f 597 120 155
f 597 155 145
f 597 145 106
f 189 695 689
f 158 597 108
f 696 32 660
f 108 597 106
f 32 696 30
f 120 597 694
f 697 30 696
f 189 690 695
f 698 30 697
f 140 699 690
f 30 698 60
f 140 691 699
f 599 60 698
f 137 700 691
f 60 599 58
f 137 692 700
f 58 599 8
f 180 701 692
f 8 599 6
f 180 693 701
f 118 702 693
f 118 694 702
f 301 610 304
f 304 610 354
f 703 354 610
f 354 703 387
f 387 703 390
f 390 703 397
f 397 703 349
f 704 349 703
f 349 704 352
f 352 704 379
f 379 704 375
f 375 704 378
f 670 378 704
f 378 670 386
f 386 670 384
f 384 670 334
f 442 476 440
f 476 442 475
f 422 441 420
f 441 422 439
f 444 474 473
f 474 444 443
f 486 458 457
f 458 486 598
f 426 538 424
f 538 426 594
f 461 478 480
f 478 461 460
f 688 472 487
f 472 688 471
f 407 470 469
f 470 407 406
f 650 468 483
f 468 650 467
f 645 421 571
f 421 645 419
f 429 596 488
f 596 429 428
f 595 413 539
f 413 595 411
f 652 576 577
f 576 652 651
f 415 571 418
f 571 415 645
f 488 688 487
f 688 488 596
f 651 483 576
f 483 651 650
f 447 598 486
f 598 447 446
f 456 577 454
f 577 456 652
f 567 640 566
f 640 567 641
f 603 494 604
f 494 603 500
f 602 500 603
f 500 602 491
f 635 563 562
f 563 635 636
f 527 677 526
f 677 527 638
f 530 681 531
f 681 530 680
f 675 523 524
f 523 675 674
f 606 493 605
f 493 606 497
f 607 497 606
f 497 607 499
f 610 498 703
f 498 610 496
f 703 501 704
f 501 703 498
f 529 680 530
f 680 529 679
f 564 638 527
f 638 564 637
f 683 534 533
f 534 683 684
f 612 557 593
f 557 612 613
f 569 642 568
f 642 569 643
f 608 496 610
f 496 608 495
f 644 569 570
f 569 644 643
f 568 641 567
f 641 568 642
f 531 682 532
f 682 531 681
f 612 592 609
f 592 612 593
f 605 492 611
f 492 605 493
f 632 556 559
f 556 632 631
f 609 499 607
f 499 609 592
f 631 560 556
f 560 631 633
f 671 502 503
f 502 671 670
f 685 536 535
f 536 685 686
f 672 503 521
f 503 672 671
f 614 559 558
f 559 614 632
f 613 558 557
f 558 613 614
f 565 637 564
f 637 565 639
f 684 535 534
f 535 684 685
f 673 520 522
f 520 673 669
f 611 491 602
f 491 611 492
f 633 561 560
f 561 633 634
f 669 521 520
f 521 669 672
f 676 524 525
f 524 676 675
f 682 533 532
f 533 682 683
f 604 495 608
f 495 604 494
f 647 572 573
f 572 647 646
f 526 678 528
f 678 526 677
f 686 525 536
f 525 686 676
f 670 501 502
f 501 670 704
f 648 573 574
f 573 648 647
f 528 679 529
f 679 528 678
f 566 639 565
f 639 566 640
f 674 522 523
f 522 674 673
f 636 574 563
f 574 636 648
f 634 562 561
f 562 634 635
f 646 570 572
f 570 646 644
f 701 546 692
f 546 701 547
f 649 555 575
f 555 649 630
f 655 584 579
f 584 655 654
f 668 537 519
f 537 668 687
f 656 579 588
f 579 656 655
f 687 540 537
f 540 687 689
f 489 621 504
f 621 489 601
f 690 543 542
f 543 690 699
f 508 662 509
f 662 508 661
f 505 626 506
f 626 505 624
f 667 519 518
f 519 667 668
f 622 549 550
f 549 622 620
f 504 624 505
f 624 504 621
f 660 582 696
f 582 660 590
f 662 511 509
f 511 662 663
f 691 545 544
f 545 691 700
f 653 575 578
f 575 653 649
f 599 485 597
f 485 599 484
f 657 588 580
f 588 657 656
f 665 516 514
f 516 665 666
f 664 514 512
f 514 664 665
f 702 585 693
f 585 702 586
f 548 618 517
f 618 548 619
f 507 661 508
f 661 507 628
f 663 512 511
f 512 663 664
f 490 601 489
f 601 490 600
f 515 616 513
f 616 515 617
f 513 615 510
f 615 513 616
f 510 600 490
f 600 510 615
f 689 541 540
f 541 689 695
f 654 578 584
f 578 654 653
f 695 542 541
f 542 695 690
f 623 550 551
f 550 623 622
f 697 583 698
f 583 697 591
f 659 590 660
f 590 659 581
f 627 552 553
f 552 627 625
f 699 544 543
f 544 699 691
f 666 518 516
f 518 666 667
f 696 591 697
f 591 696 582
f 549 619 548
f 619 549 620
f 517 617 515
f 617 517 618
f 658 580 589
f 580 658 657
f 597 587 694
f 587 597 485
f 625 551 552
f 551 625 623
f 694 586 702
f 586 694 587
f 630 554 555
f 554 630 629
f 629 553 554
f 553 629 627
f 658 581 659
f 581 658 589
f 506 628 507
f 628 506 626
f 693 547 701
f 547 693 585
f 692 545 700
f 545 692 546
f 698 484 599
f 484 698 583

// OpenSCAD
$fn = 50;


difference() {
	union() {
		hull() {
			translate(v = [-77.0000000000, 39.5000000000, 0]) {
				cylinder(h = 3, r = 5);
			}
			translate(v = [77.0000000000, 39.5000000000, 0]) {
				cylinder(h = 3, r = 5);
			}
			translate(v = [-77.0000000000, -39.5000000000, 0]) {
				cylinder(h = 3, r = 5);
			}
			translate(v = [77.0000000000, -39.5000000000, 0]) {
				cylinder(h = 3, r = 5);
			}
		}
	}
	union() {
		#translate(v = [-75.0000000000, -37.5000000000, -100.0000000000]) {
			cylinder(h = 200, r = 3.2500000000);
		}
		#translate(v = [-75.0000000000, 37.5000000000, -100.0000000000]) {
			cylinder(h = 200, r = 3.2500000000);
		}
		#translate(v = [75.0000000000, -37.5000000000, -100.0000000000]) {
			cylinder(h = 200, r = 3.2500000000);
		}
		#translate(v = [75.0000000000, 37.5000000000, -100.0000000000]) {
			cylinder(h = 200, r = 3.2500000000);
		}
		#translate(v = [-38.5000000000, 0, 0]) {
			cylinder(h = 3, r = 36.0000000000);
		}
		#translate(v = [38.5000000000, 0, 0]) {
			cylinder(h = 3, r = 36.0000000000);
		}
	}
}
...
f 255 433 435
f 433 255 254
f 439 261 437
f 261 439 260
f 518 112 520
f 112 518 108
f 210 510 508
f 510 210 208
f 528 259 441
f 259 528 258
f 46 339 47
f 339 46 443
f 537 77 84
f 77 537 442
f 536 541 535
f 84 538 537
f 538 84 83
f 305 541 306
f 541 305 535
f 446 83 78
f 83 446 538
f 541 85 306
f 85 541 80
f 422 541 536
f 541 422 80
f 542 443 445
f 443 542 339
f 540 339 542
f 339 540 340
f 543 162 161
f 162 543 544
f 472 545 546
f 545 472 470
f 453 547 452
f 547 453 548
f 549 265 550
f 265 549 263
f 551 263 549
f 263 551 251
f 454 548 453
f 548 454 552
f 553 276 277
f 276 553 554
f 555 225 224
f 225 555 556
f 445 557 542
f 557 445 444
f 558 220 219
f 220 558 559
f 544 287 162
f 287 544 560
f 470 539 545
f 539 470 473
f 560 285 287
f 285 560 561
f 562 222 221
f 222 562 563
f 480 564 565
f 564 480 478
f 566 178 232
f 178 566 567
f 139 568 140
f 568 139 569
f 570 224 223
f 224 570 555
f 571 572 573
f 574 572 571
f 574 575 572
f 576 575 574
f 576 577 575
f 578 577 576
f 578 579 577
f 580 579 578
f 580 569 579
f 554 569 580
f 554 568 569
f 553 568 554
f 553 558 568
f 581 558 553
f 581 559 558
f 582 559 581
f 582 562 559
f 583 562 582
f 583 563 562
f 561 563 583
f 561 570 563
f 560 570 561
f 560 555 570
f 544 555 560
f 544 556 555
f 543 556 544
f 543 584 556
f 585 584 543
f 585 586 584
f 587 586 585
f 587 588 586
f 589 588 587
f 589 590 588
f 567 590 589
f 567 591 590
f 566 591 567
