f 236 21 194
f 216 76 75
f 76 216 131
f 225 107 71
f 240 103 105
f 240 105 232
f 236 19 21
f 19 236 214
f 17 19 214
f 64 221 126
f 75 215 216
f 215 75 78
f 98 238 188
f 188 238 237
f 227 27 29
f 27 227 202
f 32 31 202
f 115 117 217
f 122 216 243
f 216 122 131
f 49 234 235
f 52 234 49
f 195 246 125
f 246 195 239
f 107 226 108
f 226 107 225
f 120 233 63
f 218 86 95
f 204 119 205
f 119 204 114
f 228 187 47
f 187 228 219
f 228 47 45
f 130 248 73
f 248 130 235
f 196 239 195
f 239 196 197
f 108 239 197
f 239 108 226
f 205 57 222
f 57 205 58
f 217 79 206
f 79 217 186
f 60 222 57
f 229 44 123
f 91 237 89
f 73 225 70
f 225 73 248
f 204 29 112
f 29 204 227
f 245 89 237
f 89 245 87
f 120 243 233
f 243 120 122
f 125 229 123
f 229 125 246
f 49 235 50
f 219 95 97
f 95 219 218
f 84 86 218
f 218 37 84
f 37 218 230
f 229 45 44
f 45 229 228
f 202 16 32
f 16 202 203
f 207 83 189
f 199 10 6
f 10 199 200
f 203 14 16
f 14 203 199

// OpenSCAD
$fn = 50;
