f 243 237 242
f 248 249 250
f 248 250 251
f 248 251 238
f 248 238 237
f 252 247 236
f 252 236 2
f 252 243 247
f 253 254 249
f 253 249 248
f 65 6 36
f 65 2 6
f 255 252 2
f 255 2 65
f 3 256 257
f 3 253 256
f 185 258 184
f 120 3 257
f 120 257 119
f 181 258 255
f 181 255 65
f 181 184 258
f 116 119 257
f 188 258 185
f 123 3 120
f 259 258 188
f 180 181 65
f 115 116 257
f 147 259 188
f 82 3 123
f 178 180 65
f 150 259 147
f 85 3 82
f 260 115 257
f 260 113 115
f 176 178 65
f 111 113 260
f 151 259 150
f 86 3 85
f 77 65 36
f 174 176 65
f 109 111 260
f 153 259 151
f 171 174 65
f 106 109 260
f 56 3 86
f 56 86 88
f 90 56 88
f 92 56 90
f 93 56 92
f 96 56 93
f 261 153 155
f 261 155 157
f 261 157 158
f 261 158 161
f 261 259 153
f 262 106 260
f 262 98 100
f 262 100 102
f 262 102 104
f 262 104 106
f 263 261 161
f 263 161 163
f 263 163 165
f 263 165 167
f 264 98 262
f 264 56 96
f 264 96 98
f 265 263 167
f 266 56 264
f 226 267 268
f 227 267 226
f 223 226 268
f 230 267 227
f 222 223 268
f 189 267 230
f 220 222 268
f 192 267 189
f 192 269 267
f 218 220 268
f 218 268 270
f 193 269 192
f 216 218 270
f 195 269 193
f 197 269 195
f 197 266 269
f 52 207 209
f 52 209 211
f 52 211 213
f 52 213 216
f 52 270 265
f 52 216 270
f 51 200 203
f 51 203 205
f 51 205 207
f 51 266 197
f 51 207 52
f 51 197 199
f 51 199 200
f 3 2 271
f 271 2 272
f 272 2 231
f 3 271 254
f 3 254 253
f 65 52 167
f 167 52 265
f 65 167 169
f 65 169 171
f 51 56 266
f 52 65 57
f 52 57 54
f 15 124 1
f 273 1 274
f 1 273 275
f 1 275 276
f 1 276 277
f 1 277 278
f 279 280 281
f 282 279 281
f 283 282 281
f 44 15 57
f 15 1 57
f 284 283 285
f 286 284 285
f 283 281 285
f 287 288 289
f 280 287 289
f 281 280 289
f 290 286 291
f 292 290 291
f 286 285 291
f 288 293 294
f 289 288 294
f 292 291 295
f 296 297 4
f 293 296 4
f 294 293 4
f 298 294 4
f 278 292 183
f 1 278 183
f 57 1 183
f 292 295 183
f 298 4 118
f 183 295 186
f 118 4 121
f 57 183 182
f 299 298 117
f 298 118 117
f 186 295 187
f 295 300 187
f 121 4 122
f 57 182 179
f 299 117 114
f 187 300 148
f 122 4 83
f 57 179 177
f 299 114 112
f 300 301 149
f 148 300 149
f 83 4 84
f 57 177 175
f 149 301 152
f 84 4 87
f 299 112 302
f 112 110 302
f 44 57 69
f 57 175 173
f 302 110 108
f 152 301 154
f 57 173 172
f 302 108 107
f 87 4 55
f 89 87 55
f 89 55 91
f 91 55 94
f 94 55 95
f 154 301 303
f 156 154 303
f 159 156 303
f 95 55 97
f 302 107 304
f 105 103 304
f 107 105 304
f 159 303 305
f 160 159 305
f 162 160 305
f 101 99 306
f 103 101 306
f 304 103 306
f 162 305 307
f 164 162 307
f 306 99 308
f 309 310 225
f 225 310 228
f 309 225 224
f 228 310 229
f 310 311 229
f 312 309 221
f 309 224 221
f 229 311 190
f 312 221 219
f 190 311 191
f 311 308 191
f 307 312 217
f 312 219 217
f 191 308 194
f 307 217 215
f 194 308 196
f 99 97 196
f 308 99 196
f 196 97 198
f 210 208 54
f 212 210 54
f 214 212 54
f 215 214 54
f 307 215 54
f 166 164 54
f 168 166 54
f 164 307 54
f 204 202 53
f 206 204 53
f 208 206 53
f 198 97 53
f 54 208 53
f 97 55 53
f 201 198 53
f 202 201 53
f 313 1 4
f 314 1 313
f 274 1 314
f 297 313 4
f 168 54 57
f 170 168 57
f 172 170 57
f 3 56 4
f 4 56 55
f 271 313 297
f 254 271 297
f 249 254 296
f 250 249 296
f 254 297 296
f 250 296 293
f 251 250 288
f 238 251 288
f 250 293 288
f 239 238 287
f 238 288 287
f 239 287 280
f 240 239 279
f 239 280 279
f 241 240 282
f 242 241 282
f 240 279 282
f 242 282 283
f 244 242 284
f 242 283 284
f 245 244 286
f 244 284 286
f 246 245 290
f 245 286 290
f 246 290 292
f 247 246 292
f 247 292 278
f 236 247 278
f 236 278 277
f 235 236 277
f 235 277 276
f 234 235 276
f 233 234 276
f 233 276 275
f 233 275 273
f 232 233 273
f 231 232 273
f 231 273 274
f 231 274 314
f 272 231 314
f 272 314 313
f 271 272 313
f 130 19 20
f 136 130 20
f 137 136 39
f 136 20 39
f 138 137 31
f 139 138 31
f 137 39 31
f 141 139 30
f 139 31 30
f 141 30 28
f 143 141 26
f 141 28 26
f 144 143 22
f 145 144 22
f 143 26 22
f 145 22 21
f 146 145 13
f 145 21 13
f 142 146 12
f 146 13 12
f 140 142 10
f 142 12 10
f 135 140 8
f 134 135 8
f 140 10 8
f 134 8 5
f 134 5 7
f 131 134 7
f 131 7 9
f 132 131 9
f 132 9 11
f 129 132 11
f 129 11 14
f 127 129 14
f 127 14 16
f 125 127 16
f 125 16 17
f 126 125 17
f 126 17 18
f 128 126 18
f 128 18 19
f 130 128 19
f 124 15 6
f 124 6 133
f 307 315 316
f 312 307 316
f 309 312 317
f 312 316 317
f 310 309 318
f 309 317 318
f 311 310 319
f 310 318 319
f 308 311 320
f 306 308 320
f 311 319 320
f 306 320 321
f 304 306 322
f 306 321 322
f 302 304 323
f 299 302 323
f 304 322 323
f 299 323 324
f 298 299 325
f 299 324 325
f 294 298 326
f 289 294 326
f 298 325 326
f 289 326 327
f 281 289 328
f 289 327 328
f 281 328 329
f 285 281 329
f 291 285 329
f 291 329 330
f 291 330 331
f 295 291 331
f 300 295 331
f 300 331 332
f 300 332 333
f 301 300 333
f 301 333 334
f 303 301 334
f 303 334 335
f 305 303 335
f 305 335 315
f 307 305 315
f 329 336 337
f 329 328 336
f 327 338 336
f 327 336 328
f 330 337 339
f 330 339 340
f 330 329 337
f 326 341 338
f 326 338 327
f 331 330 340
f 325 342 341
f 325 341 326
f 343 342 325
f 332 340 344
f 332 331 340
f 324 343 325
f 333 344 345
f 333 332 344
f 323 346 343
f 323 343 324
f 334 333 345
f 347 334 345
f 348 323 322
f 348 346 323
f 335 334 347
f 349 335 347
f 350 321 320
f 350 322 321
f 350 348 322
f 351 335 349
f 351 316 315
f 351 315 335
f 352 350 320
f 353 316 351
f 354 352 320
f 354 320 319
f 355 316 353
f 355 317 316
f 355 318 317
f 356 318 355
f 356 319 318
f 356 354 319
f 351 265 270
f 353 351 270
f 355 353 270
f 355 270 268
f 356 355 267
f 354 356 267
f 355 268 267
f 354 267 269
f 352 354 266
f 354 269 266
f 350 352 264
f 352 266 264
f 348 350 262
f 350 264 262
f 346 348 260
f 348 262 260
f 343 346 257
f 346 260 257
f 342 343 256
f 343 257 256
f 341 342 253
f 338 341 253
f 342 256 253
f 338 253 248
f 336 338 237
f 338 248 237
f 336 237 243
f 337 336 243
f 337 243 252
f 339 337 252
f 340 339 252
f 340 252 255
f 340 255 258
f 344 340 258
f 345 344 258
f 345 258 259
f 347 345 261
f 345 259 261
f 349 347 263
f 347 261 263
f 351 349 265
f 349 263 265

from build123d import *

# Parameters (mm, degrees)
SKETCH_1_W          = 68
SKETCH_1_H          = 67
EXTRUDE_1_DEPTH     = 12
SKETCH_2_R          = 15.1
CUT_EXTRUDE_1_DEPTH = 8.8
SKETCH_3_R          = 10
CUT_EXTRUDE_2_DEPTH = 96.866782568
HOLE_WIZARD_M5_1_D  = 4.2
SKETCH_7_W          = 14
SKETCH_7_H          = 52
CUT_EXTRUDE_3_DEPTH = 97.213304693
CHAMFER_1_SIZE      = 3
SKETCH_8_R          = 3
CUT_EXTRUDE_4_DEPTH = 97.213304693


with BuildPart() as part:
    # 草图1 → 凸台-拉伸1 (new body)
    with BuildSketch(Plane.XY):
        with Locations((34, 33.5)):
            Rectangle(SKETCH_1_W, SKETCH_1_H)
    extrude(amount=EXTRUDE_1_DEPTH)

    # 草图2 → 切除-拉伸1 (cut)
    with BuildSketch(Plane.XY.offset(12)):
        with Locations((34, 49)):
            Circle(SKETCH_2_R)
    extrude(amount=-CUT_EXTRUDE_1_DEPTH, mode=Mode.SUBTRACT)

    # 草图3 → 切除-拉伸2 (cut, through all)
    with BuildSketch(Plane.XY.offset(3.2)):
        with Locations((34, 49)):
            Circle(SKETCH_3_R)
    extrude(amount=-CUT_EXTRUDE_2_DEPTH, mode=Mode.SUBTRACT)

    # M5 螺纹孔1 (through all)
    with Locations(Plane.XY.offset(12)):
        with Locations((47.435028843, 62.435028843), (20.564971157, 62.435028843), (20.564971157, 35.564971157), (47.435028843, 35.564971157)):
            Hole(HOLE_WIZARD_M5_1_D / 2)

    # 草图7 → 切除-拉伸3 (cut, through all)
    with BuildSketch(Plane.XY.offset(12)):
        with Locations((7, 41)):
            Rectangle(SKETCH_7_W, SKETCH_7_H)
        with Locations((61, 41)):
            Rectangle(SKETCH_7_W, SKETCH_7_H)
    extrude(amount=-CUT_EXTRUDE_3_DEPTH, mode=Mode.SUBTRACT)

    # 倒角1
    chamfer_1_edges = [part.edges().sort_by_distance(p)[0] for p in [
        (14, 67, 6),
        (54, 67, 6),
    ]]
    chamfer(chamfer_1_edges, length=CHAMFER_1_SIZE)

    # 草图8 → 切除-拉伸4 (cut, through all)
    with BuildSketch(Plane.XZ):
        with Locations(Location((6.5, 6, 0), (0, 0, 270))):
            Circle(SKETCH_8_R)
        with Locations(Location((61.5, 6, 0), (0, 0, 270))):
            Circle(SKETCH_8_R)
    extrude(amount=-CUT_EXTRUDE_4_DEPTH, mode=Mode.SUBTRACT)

* _WHAT YOU NEED TO DO_
All lines above from the line with "f 545 472 470" through the line with "f 139 568 140", both included, are to be set down exactly, with nothing else.

* _EXERCISE RESPONSE_
f 545 472 470
f 453 547 452
f 547 453 548
f 549 265 550
f 265 549 263
f 551 263 549
f 263 551 251
f 454 548 453
f 548 454 552
f 553 276 277
f 276 553 554
f 555 225 224
f 225 555 556
f 445 557 542
f 557 445 444
f 558 220 219
f 220 558 559
f 544 287 162
f 287 544 560
f 470 539 545
f 539 470 473
f 560 285 287
f 285 560 561
f 562 222 221
f 222 562 563
f 480 564 565
f 564 480 478
f 566 178 232
f 178 566 567
f 139 568 140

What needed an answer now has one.